At a Glance
- Tasks: Use data analytics to support investment decisions and design innovative data products.
- Company: Core-Asset-Consulting, a forward-thinking firm in Newcastle upon Tyne.
- Benefits: Competitive salary and a chance to work with complex datasets in a team.
- Other info: Exciting opportunity for growth in the data science field.
- Why this job: Join a collaborative environment and make an impact in investment analytics.
- Qualifications: First-class degree in a relevant field and skills in Python and SQL.
The predicted salary is between 40000 - 50000 £ per year.
Core-Asset-Consulting is seeking a Data Scientist in Newcastle upon Tyne. This role involves leveraging data analytics to support investment decision-making and designing data products.
Applicants should have:
- Experience in data science
- A first-class degree in a relevant field
- Proficiency in Python and SQL
The position offers a competitive salary and the opportunity to work with complex datasets in a collaborative team environment.
Data Scientist: Investment Analytics & Data Products employer: Core-Asset-Consulting
Contact Detail:
Core-Asset-Consulting Recruiting Team
StudySmarter Expert Advice 🤫
We think this is how you could land Data Scientist: Investment Analytics & Data Products
✨Tip Number 1
Network like a pro! Reach out to current employees at Core-Asset-Consulting on LinkedIn. A friendly chat can give us insights into the company culture and maybe even a referral!
✨Tip Number 2
Show off your skills! Prepare a portfolio showcasing your data science projects, especially those involving Python and SQL. This will help us demonstrate our expertise in investment analytics.
✨Tip Number 3
Practice makes perfect! Get ready for technical interviews by brushing up on common data science questions and coding challenges. We can even set up mock interviews with friends or use online platforms.
✨Tip Number 4
Apply through our website! It’s the best way to ensure your application gets noticed. Plus, we can tailor our CV and cover letter to highlight how our skills align with the role.
We think you need these skills to ace Data Scientist: Investment Analytics & Data Products
Some tips for your application 🫡
Show Off Your Skills: Make sure to highlight your experience in data science, especially with Python and SQL. We want to see how you've used these skills in real-world scenarios, so don’t hold back!
Tailor Your Application: Take a moment to customise your CV and cover letter for this role. Mention how your background aligns with investment analytics and data products, as it’ll make you stand out to us.
Be Clear and Concise: When writing your application, keep it straightforward. Use clear language and avoid jargon unless it's relevant. We appreciate a well-structured application that’s easy to read!
Apply Through Our Website: We encourage you to apply directly through our website. It’s the best way for us to receive your application and ensures you’re considered for this exciting opportunity!
How to prepare for a job interview at Core-Asset-Consulting
✨Know Your Data Science Fundamentals
Brush up on your data science concepts, especially those related to investment analytics. Be prepared to discuss your experience with Python and SQL, as well as any relevant projects you've worked on. This will show that you have a solid foundation and can apply your knowledge effectively.

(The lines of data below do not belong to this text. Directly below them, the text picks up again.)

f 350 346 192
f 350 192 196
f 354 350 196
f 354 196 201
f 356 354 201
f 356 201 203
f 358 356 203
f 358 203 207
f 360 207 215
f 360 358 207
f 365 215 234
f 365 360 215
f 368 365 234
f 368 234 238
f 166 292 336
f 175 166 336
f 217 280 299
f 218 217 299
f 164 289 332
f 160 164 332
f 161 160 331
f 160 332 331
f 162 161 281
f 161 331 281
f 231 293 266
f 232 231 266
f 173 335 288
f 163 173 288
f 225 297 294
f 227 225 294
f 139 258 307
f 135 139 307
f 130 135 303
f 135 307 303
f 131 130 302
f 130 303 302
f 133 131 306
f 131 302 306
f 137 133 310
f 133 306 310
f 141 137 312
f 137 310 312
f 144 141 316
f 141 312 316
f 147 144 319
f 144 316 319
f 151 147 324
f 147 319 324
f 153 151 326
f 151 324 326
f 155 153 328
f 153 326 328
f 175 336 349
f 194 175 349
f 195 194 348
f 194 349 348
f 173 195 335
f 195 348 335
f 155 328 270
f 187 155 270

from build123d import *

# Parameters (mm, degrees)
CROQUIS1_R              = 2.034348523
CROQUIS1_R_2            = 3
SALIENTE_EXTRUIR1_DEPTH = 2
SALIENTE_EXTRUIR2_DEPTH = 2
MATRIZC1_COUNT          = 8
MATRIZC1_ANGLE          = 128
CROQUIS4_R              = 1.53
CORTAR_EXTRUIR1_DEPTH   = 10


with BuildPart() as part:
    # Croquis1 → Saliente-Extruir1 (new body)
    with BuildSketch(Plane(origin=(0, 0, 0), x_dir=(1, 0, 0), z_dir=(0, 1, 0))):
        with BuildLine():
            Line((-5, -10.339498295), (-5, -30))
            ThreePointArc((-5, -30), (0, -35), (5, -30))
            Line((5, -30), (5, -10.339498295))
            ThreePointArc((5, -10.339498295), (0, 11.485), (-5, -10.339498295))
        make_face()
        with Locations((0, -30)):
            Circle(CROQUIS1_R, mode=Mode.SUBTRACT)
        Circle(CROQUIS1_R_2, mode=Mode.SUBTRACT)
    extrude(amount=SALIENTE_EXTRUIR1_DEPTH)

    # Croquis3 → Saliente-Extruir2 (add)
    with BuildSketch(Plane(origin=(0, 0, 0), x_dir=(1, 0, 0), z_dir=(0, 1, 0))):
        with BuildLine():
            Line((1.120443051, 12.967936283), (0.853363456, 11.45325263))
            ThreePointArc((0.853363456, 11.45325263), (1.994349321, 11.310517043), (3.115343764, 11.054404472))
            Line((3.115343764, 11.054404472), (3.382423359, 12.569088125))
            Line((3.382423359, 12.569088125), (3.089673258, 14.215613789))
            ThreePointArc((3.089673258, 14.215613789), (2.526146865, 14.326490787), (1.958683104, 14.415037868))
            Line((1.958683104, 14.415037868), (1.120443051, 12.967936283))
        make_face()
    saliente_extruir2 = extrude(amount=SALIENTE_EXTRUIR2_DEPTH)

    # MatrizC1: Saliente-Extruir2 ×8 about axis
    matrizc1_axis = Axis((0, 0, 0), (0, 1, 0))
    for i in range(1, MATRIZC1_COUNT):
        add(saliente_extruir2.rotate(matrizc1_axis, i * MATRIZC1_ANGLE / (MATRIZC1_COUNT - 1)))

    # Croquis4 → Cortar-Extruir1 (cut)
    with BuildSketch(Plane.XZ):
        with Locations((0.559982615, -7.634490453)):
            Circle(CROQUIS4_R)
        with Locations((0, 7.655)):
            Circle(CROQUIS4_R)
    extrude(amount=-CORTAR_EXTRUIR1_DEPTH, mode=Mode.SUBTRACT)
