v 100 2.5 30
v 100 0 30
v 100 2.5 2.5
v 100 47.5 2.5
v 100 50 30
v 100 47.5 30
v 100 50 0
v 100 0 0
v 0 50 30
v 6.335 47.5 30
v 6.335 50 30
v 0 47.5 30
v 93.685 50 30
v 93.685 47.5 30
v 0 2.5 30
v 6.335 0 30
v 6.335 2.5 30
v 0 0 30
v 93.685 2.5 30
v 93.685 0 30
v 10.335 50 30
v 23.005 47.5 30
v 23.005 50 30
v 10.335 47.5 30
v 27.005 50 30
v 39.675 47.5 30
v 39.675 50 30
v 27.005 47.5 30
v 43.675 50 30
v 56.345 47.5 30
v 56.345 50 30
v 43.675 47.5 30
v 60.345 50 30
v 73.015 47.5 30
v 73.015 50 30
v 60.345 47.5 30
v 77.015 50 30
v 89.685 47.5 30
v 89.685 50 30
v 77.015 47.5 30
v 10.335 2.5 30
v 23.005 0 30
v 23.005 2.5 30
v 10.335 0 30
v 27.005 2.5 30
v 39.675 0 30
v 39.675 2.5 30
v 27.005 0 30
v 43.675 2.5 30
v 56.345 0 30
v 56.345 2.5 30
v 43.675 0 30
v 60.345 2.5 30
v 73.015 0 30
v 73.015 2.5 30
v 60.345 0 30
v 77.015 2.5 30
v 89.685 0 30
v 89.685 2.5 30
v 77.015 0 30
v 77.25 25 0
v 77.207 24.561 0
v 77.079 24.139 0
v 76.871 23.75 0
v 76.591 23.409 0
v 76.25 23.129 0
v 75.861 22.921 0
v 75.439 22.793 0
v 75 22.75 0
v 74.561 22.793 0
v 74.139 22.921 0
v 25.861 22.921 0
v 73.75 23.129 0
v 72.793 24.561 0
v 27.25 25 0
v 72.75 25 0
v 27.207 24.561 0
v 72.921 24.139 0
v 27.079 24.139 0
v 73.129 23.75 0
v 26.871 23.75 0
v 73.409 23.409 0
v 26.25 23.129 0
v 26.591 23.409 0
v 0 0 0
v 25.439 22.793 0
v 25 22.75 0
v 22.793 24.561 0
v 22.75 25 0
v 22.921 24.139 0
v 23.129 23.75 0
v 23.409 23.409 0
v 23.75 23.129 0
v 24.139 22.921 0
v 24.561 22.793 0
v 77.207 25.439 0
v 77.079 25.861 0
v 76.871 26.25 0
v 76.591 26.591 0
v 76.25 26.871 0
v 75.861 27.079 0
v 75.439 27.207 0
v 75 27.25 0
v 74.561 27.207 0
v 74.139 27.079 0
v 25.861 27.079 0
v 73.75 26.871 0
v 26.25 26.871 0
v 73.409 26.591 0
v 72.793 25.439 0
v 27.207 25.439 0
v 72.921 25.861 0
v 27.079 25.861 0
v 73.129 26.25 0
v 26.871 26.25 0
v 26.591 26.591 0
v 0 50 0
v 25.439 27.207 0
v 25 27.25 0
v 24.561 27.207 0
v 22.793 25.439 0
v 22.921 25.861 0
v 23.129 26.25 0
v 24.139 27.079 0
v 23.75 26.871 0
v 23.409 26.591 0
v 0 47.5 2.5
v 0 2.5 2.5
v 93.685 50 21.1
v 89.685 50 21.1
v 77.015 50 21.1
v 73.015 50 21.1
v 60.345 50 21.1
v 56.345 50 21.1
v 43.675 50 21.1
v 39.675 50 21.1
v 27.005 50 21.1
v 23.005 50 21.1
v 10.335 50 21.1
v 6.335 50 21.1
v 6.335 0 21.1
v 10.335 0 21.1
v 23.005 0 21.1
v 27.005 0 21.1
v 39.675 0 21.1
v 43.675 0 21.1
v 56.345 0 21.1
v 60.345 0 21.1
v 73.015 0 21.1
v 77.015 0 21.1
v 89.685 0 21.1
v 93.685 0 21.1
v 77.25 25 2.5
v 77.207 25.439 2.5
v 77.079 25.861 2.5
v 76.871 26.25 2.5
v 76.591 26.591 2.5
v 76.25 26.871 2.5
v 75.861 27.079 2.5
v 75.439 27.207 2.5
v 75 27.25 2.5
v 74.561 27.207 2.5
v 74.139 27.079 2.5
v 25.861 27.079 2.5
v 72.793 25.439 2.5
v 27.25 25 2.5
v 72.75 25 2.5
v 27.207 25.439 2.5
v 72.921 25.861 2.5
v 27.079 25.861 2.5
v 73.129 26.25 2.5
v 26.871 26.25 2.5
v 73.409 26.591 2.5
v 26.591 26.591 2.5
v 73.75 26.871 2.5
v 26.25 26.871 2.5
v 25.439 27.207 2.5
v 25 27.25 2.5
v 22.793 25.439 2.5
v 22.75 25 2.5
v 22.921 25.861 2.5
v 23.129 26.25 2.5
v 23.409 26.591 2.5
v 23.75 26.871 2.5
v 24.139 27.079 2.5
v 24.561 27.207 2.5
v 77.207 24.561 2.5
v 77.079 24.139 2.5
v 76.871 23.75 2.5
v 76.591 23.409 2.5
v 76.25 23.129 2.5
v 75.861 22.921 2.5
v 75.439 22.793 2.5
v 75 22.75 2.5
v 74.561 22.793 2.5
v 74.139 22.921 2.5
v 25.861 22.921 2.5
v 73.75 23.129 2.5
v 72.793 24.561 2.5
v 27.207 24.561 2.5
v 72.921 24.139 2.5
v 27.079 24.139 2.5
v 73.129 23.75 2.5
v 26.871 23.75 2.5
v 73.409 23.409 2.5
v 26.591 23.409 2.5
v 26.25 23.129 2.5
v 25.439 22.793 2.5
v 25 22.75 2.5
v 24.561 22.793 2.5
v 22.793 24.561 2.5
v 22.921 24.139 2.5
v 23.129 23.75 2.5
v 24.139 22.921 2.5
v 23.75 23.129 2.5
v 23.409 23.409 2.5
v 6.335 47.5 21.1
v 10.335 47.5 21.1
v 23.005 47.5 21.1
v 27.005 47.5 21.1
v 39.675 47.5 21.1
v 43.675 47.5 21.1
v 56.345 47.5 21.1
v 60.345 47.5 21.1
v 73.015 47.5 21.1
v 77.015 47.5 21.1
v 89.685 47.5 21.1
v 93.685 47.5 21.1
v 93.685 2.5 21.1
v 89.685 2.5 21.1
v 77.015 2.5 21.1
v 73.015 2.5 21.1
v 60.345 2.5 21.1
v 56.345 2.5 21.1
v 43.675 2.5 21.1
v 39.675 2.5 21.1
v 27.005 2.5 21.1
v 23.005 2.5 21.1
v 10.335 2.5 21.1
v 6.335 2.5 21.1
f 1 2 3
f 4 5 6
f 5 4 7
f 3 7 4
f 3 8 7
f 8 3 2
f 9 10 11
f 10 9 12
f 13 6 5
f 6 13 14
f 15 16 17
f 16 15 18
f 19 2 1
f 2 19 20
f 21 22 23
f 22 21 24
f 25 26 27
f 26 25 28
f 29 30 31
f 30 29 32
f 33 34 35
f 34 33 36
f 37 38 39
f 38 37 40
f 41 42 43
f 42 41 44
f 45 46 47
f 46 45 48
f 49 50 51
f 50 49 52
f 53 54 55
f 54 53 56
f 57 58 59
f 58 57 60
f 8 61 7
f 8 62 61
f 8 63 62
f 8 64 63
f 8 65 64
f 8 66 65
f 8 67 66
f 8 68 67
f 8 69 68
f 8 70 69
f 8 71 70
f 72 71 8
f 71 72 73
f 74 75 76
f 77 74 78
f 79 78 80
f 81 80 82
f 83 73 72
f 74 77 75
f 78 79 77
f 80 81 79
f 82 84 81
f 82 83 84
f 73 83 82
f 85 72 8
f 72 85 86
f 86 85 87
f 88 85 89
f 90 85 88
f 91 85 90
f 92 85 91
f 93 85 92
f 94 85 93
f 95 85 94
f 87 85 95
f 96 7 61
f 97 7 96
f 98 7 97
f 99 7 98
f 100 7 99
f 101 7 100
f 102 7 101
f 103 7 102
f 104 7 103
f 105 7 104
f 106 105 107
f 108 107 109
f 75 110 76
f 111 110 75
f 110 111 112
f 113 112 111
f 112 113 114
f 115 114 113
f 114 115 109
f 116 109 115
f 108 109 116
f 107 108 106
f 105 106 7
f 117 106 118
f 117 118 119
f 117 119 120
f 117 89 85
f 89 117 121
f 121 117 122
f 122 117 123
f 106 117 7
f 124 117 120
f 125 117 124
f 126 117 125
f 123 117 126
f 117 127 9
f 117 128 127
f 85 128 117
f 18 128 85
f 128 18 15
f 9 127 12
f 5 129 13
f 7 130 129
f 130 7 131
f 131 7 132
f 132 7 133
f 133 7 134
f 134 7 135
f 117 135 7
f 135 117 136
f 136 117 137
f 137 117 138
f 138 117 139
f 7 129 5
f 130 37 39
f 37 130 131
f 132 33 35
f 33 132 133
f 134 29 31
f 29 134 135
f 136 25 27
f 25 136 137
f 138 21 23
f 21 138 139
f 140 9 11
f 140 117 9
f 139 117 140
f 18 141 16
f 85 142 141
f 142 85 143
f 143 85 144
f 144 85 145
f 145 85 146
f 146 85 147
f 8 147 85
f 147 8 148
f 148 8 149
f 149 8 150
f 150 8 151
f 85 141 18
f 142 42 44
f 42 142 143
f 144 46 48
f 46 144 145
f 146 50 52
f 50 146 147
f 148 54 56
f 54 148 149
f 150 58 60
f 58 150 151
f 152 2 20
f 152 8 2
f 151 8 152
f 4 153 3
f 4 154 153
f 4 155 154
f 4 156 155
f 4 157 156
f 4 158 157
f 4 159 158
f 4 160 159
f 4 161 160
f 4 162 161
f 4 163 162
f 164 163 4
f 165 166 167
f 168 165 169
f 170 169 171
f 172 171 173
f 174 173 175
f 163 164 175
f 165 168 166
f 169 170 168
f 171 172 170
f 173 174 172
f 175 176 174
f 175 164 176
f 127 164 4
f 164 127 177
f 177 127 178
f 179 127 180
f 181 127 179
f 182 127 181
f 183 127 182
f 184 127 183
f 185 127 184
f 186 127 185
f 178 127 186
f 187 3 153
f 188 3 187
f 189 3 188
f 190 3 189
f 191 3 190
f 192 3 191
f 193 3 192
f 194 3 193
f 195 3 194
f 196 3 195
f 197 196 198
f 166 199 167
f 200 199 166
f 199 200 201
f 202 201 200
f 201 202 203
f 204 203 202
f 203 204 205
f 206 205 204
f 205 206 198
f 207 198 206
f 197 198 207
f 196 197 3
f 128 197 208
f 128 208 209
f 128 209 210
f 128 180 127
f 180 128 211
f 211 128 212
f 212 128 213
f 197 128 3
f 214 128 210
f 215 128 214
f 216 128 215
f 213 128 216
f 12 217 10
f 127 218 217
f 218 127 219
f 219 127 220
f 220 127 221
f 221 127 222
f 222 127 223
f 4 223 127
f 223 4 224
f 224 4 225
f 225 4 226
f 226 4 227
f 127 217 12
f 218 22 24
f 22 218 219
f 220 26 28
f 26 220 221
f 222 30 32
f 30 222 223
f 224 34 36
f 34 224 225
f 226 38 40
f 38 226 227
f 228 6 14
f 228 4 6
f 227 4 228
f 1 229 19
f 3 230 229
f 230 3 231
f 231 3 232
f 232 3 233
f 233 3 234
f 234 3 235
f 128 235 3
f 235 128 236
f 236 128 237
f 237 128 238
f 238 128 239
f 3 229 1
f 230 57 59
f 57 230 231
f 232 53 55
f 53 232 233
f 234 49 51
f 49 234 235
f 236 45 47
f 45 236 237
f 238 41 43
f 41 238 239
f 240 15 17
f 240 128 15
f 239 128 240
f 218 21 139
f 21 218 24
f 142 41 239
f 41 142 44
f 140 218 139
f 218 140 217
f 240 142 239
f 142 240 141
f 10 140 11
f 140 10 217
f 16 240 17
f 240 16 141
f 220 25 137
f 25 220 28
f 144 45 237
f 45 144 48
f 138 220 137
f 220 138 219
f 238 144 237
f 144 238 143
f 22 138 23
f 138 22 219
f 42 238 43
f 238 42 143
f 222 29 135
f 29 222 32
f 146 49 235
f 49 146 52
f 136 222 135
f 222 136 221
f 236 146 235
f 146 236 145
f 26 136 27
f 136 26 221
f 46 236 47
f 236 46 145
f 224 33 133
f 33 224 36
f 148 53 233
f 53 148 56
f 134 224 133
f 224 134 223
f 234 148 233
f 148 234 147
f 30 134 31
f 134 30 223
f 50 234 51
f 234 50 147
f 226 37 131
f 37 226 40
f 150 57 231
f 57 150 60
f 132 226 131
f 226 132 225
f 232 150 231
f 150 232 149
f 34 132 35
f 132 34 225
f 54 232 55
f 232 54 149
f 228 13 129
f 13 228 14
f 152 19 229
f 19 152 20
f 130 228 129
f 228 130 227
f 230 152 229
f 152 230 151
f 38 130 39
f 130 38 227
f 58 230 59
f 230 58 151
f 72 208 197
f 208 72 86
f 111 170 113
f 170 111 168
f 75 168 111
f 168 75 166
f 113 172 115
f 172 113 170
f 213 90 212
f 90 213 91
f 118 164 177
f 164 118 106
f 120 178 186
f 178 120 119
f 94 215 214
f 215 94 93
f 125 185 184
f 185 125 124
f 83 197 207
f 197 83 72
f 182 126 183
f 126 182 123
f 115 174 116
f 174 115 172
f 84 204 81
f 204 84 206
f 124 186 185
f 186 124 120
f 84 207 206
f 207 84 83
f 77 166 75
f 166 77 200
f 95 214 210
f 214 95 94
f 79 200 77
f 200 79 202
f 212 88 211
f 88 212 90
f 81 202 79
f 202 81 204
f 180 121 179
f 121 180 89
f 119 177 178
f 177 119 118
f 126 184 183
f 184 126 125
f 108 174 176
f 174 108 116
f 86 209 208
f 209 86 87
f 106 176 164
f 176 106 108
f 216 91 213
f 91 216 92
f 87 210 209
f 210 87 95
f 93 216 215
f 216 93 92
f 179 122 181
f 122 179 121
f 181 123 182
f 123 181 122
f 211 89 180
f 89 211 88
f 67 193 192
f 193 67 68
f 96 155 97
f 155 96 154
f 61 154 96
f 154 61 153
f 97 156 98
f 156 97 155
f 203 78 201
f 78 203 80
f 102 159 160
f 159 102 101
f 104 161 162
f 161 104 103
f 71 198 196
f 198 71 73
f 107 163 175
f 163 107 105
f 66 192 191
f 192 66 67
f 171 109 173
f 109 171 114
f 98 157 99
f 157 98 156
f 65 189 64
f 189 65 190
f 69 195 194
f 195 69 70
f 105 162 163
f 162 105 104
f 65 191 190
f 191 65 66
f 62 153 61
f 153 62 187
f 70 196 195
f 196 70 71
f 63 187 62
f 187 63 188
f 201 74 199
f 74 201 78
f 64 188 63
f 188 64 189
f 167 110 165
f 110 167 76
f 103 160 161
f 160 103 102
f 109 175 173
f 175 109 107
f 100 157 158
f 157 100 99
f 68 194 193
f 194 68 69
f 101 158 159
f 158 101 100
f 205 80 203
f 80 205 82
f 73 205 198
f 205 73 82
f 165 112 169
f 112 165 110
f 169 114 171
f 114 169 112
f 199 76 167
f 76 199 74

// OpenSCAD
$fn = 32;

// ----------------------------------------------------------------------
// Cable duct: 100 x 50 x 30 mm, 6 fingers
// ----------------------------------------------------------------------

// --- parameters (mm) ---
duct_len = 100;           // duct length, X
duct_w = 50;              // duct width, Y
duct_h = 30;              // duct height, Z
wall_t = 2.5;             // side wall thickness
floor_t = 2.5;            // floor thickness
slot_w = 4;               // finger slot width
slot_h = 18.6;            // finger slot height
fingers = 6;              // number of finger slots per side
pitch = 16.67;            // finger pitch
hole_d = 4.5;             // floor mounting hole
hole_n = 2;               // mounting holes in the floor

module shell() {
  difference() {
    cube([duct_len, duct_w, duct_h]);
    /* open top channel */
    translate([-wall_t - 1, wall_t, floor_t])
      cube([duct_len + 2 * wall_t + 2, duct_w - 2 * wall_t, duct_h + 1]);
  }
}

difference() {
  union() {
    shell();
  }
  /* finger slots cut through both side walls */
  for (i = [0 : fingers - 1]) translate([pitch / 2 + i * pitch - slot_w / 2, -1, floor_t + slot_h]) cube([slot_w, duct_w + 2, duct_h]);
  for (i = [0 : hole_n - 1]) translate([(duct_len / hole_n) * (i + 0.5), duct_w / 2, -1]) cylinder(h = floor_t + 2, d = hole_d);
}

✨Showcase Your Problem-Solving Skills
During the interview, be ready to tackle hypothetical scenarios or case studies related to investment decision-making. Think aloud as you work through the problem, demonstrating your analytical thinking and how you approach complex datasets. This will highlight your ability to contribute to their team.
✨Prepare Questions About the Role
Have a few thoughtful questions ready about the company's data products and how they support investment strategies. This shows your genuine interest in the role and helps you understand how you can fit into their collaborative environment.
✨Highlight Team Collaboration Experience
Since the role involves working in a team, share examples of how you've successfully collaborated with others in past projects. Discussing your teamwork skills will reassure them that you can thrive in their collaborative setting.